* Task directions: Look for "Locations" in the listing below. Gather each line that contains it.

***** Data shown

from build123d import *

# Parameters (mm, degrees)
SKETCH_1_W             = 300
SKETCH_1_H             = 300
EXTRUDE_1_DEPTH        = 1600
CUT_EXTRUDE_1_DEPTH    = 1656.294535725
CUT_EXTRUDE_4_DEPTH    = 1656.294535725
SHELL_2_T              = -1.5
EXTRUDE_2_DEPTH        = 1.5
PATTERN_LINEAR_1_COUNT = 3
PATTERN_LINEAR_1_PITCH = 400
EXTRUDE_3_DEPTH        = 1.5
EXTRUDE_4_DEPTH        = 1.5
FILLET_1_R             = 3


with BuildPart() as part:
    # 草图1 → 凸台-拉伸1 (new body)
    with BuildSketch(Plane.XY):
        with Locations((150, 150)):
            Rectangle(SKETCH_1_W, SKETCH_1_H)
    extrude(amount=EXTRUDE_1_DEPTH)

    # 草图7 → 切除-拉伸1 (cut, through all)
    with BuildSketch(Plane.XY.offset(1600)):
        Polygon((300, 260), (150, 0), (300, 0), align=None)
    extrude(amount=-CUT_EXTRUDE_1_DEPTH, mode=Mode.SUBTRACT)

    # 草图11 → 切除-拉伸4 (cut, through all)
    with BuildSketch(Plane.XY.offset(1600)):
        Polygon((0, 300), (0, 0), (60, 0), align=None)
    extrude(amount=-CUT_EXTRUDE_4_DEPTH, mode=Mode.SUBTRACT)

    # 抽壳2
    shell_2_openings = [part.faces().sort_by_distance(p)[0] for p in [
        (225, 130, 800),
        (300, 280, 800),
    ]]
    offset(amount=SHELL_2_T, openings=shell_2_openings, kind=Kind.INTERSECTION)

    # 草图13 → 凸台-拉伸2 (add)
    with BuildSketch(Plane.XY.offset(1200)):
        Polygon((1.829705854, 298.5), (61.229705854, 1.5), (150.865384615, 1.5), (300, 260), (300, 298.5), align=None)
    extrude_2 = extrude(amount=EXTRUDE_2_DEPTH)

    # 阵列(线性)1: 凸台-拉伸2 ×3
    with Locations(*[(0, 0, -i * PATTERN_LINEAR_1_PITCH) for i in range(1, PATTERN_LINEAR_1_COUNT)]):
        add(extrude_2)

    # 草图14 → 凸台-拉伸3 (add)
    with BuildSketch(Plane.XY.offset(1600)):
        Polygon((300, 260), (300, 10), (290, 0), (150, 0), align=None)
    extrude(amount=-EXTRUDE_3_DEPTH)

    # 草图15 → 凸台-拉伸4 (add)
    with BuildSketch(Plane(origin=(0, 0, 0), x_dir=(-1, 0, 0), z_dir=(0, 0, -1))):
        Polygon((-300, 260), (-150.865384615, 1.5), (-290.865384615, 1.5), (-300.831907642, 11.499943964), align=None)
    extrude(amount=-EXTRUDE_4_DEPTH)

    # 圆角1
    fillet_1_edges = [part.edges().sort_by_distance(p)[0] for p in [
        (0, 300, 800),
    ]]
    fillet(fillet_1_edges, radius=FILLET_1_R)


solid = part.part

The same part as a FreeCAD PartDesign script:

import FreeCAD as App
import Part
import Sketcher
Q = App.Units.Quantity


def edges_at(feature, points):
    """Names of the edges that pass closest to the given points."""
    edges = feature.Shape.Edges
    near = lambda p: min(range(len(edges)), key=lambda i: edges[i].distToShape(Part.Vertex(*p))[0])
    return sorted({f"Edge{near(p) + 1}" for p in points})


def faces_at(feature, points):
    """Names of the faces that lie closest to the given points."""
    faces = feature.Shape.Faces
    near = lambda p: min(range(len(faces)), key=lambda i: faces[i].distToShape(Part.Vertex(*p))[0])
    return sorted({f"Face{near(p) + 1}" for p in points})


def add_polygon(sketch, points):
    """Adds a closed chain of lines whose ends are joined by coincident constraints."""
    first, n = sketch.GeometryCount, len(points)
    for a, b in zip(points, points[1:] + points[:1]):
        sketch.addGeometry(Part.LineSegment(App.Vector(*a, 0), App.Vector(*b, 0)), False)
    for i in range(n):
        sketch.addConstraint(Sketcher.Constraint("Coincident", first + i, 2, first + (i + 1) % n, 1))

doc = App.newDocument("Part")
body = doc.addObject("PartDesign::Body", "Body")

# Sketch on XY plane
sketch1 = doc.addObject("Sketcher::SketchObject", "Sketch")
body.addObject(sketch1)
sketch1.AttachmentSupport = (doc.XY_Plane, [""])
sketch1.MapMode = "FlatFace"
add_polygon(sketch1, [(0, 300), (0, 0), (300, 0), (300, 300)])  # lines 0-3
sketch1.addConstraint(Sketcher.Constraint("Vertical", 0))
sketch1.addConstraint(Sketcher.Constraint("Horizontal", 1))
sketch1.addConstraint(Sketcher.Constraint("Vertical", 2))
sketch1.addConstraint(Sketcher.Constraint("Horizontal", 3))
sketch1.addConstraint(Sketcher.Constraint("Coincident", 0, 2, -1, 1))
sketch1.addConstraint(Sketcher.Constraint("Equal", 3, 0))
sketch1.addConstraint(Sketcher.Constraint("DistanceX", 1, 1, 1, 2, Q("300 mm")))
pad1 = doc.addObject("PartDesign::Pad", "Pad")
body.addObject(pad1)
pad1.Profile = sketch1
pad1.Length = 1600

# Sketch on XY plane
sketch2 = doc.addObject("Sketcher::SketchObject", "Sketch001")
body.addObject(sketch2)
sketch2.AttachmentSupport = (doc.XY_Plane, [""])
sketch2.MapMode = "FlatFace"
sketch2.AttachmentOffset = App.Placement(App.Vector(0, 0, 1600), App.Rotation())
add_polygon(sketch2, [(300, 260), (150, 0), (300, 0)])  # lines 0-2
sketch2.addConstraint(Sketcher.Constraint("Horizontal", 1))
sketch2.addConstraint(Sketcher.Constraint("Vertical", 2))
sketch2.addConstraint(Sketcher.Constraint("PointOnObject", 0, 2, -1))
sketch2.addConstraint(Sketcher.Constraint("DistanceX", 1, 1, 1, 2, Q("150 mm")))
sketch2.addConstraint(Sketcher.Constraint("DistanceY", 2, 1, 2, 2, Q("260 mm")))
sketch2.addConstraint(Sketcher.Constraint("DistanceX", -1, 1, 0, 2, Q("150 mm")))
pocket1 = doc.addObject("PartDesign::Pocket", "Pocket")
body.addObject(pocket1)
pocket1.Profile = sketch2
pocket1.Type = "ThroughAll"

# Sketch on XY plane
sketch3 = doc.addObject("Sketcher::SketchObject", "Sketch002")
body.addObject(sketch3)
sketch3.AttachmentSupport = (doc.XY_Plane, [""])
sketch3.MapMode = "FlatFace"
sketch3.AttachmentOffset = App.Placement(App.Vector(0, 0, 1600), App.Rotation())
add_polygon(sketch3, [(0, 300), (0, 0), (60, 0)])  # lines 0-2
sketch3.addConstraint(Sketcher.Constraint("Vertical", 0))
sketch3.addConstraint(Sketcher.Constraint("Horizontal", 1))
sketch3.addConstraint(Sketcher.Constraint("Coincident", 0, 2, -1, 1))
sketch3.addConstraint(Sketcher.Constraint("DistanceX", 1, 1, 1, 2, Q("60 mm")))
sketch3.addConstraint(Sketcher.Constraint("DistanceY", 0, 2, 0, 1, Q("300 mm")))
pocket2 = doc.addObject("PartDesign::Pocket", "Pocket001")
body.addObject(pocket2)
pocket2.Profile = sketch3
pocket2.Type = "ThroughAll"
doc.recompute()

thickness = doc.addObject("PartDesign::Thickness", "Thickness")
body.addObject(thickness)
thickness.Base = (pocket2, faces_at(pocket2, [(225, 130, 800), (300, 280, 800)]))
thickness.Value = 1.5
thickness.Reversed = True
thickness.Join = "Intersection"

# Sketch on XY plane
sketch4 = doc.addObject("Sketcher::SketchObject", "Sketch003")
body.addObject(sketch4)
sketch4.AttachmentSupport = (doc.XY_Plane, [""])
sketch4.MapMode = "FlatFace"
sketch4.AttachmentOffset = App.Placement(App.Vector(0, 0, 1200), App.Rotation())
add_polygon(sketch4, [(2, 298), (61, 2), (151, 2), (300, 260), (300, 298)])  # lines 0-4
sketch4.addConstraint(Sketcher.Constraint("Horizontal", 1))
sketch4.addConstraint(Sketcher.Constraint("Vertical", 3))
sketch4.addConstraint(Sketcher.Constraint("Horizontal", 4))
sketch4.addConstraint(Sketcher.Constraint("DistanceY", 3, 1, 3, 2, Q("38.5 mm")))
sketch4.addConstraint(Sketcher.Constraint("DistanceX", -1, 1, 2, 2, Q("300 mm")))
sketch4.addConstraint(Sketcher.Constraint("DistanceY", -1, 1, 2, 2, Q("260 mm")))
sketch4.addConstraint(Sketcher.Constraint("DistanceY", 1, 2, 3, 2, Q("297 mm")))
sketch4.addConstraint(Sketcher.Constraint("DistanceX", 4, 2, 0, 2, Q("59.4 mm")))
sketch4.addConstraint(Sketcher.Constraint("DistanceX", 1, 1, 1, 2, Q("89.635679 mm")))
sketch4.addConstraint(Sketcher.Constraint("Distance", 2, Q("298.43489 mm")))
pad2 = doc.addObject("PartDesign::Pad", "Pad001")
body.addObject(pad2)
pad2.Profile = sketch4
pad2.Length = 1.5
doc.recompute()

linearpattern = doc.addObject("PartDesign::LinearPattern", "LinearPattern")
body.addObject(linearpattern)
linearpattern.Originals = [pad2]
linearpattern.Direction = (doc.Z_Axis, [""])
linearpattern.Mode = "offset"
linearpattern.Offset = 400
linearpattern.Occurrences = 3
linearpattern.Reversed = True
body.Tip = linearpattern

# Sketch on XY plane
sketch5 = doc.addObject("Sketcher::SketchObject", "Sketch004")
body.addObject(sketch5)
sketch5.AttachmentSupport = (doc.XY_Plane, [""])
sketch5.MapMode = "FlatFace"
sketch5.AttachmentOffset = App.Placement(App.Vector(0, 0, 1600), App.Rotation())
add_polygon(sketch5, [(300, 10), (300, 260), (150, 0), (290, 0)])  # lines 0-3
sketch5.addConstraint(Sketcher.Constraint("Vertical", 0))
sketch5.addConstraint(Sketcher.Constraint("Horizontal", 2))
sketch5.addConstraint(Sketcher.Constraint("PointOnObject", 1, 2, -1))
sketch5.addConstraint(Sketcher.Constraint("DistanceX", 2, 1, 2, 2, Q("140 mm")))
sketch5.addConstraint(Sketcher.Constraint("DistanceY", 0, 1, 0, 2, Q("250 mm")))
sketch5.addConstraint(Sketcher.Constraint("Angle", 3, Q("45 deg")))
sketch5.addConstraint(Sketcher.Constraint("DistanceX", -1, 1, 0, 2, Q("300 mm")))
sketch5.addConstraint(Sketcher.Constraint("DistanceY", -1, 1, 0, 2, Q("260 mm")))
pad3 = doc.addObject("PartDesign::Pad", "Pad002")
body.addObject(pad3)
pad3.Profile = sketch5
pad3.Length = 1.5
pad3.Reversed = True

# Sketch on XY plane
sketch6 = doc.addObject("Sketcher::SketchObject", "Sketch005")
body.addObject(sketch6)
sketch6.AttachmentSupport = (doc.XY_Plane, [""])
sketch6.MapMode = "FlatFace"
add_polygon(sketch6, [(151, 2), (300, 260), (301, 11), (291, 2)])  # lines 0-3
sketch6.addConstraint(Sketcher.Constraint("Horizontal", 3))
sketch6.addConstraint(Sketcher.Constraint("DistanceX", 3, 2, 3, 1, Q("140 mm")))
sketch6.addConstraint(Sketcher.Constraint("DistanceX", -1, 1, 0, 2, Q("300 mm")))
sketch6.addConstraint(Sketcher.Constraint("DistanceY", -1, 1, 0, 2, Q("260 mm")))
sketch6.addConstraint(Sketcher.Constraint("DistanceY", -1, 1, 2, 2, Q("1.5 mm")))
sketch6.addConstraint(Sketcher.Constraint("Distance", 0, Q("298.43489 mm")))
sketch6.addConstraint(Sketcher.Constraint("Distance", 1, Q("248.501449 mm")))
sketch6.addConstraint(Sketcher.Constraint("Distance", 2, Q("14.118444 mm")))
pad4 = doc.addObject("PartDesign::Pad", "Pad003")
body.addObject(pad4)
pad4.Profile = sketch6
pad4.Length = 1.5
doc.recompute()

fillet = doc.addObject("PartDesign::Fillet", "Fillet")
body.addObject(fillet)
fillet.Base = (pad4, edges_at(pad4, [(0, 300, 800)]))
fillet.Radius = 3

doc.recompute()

**********
***** Data shown

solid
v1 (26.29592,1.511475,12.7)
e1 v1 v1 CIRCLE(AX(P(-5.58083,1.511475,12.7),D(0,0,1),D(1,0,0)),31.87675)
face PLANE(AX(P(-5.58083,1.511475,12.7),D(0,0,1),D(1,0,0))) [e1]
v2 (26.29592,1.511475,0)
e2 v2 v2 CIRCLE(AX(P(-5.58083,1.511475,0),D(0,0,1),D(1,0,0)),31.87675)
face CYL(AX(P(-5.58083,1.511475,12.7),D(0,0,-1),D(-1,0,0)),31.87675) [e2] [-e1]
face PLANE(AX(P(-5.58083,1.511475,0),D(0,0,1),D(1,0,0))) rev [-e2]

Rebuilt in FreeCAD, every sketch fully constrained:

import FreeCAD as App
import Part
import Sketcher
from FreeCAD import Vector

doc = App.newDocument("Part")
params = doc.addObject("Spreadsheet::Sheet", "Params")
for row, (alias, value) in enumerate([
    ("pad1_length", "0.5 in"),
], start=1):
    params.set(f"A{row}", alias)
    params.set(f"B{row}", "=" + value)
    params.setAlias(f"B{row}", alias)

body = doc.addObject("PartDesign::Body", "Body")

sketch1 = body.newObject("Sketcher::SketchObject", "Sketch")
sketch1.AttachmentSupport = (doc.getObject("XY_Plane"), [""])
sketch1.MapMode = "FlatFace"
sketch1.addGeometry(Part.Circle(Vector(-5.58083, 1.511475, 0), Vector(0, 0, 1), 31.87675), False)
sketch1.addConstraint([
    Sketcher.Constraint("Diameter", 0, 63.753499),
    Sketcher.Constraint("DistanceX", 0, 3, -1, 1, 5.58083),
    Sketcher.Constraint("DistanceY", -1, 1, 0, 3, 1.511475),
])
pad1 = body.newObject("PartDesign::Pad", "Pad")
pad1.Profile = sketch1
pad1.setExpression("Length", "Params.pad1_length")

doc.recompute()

**********

* Output for this task:
        with Locations((150, 150)):
    with Locations(*[(0, 0, -i * PATTERN_LINEAR_1_PITCH) for i in range(1, PATTERN_LINEAR_1_COUNT)]):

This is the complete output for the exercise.